# Evaluating Language Models in RustyFlow
Once a language model is trained, we need a way to measure its performance. This document explains the standard metric used for this purpose—**Perplexity**—and how to perform evaluation in the `RustyFlow` library.
## What is Perplexity?
**Perplexity (PPL)** is the standard metric for evaluating language models. It measures how well a probability model predicts a sample. In simple terms, perplexity is a measure of "surprise." A lower perplexity score indicates that the model is less surprised by the text in the test set, meaning it predicts the sequence of words more accurately.
### How it's Calculated
Perplexity is the exponentiated average cross-entropy loss.
- **Cross-Entropy Loss**: For each token in a sequence, the loss measures the negative log probability the model assigned to the correct next token. A lower loss means the model was more confident about the correct token.
- **Average Loss**: We calculate the average loss over an entire dataset (e.g., a validation or test set).
- **Perplexity**: The final perplexity is calculated as `exp(average_loss)`.
The formula is:
`PPL = exp( (1/N) * Σ( -log P(word_i | context_i) ) )`
Where `N` is the number of tokens in the test set.
**Interpretation:** A perplexity of `K` means that, on average, the model is as confused as if it had to choose uniformly and independently from `K` possibilities for each token. A perfect model that assigns probability 1 to the correct next token would have a perplexity of 1.
## How to Evaluate in RustyFlow
The `language_model` example has been updated to automatically perform evaluation after the training loop completes.
### Train/Validation/Test Splits
Following standard machine learning practice, we split our data into three sets:
1. **Training Set**: Used to train the model's parameters.
2. **Validation Set**: Used to tune hyperparameters (like learning rate, model size, etc.) and check for overfitting during development. The model does not train on this data.
3. **Test Set**: A held-out set used only once to report the final performance of the fully trained and tuned model. This provides an unbiased measure of the model's generalization ability.

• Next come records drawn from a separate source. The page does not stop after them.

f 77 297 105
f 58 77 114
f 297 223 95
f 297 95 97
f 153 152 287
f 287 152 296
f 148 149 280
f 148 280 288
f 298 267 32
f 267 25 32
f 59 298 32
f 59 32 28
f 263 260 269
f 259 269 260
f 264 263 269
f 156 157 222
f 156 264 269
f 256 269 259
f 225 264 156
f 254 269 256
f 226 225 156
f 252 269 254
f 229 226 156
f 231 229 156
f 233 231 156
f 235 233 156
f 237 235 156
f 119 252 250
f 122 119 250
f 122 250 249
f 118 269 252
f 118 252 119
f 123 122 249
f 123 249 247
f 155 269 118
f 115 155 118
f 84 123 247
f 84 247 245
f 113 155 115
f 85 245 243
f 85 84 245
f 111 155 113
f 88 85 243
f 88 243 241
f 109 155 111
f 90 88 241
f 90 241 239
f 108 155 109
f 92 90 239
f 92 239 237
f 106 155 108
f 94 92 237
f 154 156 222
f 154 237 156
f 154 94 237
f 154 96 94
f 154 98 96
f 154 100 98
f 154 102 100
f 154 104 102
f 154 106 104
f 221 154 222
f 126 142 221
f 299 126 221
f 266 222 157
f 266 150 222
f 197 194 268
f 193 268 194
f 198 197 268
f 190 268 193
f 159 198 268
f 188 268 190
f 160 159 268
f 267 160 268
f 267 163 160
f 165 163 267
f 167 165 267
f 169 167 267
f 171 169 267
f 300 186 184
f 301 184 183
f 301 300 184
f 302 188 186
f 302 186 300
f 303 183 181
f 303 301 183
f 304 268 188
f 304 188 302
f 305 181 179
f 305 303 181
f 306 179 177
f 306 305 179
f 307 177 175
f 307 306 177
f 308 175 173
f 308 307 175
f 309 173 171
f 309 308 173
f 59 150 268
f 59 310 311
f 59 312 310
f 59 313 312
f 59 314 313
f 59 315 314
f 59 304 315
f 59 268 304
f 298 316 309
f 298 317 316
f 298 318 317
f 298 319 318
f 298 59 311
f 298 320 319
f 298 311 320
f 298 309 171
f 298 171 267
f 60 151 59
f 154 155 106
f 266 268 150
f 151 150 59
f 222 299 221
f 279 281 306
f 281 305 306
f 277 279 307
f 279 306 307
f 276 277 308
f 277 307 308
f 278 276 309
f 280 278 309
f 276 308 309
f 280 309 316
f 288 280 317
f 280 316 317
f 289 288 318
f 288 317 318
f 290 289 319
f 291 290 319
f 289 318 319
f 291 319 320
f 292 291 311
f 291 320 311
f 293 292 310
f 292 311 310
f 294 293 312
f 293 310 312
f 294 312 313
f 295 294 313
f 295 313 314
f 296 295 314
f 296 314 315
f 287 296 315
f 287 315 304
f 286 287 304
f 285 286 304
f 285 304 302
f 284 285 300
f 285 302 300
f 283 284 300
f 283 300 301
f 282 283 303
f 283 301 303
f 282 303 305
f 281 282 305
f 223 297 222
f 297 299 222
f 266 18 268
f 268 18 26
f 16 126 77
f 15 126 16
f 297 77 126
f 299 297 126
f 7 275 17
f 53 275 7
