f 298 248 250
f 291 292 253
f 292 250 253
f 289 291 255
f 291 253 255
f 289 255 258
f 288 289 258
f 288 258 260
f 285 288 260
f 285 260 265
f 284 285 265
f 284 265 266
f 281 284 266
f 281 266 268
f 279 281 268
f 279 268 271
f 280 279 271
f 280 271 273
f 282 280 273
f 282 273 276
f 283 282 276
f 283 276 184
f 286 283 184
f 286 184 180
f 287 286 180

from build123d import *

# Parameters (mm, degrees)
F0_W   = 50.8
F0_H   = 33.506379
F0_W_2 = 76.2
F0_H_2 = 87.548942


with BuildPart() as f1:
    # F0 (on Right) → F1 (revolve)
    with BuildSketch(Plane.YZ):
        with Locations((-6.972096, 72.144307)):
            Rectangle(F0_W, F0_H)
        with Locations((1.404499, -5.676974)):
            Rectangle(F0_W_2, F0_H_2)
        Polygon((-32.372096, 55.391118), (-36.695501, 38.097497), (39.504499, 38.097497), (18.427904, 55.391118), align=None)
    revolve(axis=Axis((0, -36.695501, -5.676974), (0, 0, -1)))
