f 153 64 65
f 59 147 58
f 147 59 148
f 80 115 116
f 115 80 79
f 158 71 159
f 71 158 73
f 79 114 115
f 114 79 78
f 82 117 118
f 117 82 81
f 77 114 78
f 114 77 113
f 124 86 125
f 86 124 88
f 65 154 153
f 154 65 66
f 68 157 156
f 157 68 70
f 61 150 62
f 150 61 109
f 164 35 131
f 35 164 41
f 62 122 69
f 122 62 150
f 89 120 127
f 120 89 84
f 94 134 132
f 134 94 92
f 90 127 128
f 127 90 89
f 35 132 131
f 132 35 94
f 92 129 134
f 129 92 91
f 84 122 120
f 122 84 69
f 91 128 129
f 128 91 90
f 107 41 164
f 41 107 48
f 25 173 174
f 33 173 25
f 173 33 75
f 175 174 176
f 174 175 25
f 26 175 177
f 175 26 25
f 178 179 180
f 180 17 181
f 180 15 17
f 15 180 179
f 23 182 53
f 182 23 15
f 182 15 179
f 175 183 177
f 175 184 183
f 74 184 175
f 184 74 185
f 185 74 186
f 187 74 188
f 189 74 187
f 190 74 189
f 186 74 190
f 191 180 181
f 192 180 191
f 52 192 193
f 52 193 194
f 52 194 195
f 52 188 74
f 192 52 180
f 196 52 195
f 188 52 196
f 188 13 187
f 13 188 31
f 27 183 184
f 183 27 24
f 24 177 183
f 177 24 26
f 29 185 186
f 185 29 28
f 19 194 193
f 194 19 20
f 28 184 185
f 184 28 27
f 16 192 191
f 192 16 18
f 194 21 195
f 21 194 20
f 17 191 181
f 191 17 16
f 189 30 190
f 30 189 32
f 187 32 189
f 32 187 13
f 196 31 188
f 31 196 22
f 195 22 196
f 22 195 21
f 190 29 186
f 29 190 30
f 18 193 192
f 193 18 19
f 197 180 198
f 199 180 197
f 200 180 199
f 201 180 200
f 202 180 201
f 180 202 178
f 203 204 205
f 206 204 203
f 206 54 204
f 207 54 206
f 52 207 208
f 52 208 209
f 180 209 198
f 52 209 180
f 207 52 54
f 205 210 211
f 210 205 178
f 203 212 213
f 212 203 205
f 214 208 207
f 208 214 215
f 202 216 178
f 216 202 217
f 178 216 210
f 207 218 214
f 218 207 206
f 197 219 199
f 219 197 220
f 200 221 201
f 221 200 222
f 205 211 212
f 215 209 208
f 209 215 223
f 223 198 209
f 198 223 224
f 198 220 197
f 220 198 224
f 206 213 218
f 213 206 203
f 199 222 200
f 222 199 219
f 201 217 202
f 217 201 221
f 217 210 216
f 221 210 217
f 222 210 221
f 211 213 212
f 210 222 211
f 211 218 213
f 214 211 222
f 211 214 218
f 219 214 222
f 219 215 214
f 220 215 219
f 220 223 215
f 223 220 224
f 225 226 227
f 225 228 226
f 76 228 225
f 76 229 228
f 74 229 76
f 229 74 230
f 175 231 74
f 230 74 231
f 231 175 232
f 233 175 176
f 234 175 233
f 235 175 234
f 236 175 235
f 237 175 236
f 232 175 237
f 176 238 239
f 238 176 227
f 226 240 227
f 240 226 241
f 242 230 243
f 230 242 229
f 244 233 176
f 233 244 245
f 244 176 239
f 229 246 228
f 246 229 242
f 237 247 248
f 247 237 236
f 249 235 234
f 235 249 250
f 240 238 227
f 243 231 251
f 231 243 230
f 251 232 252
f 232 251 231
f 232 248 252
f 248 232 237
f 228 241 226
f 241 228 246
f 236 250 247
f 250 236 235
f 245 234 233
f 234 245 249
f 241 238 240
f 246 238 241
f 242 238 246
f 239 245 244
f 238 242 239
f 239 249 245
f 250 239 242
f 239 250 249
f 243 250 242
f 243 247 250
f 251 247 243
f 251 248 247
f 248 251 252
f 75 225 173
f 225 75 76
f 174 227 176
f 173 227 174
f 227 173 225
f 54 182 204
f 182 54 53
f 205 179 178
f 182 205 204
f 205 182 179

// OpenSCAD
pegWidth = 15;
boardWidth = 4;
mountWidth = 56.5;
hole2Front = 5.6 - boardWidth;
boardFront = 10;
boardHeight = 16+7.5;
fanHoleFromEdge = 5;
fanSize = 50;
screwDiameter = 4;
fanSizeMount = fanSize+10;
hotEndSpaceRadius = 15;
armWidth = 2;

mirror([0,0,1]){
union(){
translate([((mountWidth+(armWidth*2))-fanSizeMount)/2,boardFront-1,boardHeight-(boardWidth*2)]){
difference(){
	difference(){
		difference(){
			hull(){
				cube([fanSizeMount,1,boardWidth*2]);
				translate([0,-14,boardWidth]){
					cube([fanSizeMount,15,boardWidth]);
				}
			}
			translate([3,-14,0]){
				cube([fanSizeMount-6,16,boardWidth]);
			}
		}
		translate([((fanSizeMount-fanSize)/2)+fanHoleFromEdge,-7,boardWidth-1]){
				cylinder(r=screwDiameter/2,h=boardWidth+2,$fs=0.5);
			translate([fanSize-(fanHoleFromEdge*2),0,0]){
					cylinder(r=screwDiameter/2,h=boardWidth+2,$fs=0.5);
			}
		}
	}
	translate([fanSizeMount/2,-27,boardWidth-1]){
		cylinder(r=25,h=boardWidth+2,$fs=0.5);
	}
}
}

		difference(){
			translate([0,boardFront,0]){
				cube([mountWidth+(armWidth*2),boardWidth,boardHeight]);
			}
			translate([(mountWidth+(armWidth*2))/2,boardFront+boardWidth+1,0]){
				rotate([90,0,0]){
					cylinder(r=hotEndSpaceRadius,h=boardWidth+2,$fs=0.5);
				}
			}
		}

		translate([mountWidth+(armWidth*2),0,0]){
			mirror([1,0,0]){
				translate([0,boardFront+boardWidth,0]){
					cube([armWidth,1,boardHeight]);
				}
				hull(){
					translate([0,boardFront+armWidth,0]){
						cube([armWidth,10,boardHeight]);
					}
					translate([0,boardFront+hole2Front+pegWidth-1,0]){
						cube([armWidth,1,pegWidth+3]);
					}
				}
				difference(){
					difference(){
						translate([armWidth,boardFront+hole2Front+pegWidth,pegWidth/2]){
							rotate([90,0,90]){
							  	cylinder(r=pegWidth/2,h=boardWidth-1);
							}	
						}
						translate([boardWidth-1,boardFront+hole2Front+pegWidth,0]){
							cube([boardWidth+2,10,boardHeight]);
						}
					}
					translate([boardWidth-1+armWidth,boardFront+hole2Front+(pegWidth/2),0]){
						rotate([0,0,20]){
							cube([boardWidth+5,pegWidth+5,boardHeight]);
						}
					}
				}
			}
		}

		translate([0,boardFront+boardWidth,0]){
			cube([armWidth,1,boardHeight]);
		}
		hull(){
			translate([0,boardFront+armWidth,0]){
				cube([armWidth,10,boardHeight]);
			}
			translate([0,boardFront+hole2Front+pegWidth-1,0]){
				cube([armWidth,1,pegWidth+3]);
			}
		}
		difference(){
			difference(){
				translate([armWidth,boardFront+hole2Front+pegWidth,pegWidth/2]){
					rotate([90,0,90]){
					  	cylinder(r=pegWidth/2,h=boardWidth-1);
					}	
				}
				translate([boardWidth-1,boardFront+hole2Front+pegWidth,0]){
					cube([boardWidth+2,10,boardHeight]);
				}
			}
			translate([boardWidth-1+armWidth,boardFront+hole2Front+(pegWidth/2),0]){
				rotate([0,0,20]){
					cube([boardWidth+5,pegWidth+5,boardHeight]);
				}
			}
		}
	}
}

### The `language_model` Example
- **Training**: The model is trained on the training portion of the selected dataset.
- **Validation**: After training, the example automatically runs an evaluation on the validation set and reports the average loss and perplexity.
- **Dataset Handling**:
- For **`wikitext-2`**, the example uses the official `wiki.train.tokens` and `wiki.valid.tokens` files. To get a final benchmark score, you would evaluate on `wiki.test.tokens`.
- For **`tinyshakespeare`** and custom text files, the example performs a 90/10 split to create training and validation sets.
To run the demo and see the evaluation:
```bash
# This will train on TinyShakespeare and then evaluate it.
./run.sh demo
```
The output will include a final section with the validation loss and perplexity. This allows you to see if changes to the model or hyperparameters are improving its predictive power.